In lending protocols, this may mean that investors are the first to deposit in the lending market, initiating a stablecoin pool or protocol's underlying token of $500,000 to millions to encourage others to follow. In DEXs, this may mean increasing capital for strategic pairs, likely symbolic of the project. Founders should not hesitate to ask investors to participate in these plans and lock any returns obtained through their investments.
More than one smart founding team has recently rejected investors who cannot commit to reward lock-up periods. Do not hesitate to get more from your earliest investors.

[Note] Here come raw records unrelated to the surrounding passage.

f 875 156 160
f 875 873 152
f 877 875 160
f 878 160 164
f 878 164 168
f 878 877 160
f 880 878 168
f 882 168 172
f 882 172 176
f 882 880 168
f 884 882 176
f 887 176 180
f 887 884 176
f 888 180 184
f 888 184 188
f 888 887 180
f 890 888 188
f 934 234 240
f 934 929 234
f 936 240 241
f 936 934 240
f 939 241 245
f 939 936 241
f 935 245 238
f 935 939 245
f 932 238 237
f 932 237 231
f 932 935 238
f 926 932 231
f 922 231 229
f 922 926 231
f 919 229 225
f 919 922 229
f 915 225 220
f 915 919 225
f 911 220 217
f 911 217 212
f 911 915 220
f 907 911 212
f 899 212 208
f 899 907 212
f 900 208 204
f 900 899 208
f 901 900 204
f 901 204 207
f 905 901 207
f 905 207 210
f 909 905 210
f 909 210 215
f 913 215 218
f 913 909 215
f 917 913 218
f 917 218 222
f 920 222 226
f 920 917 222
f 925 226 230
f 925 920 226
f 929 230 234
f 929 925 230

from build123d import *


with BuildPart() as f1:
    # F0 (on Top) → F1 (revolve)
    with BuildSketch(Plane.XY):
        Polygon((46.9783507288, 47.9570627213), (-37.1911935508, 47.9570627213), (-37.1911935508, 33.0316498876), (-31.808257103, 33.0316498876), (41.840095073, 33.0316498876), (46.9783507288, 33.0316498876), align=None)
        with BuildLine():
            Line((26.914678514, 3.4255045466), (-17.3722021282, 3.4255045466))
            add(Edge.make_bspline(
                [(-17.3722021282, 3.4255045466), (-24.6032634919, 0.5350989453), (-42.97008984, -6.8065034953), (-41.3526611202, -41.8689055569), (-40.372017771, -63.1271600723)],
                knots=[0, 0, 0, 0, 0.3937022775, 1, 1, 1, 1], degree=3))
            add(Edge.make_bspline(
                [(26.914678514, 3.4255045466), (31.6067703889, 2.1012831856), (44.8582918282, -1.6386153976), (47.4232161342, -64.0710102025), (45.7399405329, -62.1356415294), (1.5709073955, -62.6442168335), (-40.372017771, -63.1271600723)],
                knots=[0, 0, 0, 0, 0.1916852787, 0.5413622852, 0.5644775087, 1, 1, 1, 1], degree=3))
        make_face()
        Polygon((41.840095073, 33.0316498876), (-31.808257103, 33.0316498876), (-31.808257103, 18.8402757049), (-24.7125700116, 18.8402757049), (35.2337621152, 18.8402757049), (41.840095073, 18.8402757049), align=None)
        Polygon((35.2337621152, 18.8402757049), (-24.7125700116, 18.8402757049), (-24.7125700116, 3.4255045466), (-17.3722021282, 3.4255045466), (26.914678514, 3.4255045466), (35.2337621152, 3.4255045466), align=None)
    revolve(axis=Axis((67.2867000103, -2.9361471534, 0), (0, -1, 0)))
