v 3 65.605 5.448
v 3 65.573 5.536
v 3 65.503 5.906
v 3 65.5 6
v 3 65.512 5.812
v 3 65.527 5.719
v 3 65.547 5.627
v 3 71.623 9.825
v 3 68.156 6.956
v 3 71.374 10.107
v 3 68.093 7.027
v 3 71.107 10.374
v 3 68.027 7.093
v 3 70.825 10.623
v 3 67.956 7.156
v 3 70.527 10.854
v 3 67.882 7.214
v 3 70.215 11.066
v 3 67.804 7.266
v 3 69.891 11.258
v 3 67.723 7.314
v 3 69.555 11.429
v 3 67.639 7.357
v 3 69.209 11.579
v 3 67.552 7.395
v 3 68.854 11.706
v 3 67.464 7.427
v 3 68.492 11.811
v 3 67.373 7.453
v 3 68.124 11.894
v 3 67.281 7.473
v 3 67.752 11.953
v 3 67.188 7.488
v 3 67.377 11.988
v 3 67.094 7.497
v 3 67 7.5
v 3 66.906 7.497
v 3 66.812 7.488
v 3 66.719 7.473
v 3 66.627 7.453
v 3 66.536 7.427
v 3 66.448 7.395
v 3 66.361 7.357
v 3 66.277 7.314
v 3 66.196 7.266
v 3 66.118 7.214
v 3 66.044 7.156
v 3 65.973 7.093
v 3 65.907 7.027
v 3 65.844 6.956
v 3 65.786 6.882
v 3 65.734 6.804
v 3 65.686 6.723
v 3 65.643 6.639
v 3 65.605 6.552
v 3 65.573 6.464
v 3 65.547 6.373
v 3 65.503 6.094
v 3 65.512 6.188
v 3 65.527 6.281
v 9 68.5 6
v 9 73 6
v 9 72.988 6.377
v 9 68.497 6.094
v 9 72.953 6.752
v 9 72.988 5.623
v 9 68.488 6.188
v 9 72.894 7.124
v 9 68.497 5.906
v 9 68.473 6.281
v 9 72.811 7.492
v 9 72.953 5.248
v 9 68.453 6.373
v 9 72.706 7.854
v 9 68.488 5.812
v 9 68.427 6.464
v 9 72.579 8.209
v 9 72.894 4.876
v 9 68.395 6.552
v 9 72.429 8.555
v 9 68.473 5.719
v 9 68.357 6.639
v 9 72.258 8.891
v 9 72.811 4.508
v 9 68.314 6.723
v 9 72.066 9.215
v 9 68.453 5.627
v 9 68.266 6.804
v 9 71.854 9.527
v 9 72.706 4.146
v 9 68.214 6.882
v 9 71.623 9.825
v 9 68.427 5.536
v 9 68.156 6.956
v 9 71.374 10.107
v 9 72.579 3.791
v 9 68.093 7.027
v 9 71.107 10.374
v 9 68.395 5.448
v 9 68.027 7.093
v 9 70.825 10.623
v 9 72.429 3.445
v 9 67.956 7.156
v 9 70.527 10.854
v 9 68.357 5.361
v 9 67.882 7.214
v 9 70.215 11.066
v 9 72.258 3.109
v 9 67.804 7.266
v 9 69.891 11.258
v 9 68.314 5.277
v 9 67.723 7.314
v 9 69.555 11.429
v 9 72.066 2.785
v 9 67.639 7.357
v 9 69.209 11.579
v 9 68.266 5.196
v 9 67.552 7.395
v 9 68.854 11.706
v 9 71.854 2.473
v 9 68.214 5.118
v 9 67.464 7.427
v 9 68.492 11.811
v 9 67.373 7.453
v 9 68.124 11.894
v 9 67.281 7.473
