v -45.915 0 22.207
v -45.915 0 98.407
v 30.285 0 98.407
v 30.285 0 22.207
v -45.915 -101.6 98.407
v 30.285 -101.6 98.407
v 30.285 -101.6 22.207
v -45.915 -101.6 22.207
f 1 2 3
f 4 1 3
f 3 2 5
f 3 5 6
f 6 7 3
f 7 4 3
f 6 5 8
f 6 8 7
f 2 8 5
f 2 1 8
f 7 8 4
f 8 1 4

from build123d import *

# Parameters (mm, degrees)
F0_W      = 76.2
F0_H      = 76.2
F1_DEPTH  = 76.2
F2_W      = 76.2
F2_H      = 76.2
F2_W_2    = 25.4
F2_H_2    = 25.4
F3_DEPTH  = 12.7
F3_FACE_W = 76.2
F3_FACE_H = 76.2
F4_DEPTH  = 12.7


with BuildPart() as f1:
    # F0 (on Front) → F1 (new body)
    with BuildSketch(Plane.XZ):
        with Locations((-7.8149551065, 60.3069368094)):
            Rectangle(F0_W, F0_H)
    extrude(amount=F1_DEPTH)

    # F2 (on face) → F3 (join)
    with BuildSketch(Plane.XZ.offset(76.2)):
        with Locations((-7.8149551065, 60.3069368094)):
            Rectangle(F2_W, F2_H)
        with Locations((-16.3421141915, 65.2924486793)):
            Rectangle(F2_W_2, F2_H_2, mode=Mode.SUBTRACT)
        with Locations((-16.3421141915, 65.2924486793)):
            Rectangle(F2_W_2, F2_H_2)
    extrude(amount=F3_DEPTH)

    # F2 (on face) + F3_face (on face) → F4 (join)
    with BuildSketch(Plane.XZ.offset(76.2)):
        with Locations((-16.3421141915, 65.2924486793)):
            Rectangle(F2_W_2, F2_H_2)
    with BuildSketch(Plane(origin=(-7.8149551065, -88.9, 60.3069368094), x_dir=(1, 0, 0), z_dir=(0, -1, 0))):
        Rectangle(F3_FACE_W, F3_FACE_H)
    extrude(amount=F4_DEPTH)


solid = f1.part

Finally, opening derivative channels can enhance the flexibility and loyalty of liquidity providers (LPs). From all angles, many LPs are more willing to follow this ship, regardless of the outcome. Adjusting positions incurs tax liabilities and increases complexity. Currently, most LPs are either restricted from accessing crypto derivatives or do not have products that meet their expected risk/reward configurations.
LPs can utilize derivatives to hedge positions, retaining some returns in upside scenarios while protecting capital in downside scenarios. Expanding derivative trading channels will allow more LPs to stay in the industry. For example, I might choose to continue rolling put options to hedge against the underlying of my LP position. Below, we simulate the returns of various put options; obtaining more options targeting our underlying assets, especially options for regulated environments like the U.S., would be a positive step in the right direction, lending to more hedged liquidity providers.
Derivatives built specifically to hedge short-term losses may also be an interesting product—we will explore this idea further in later articles.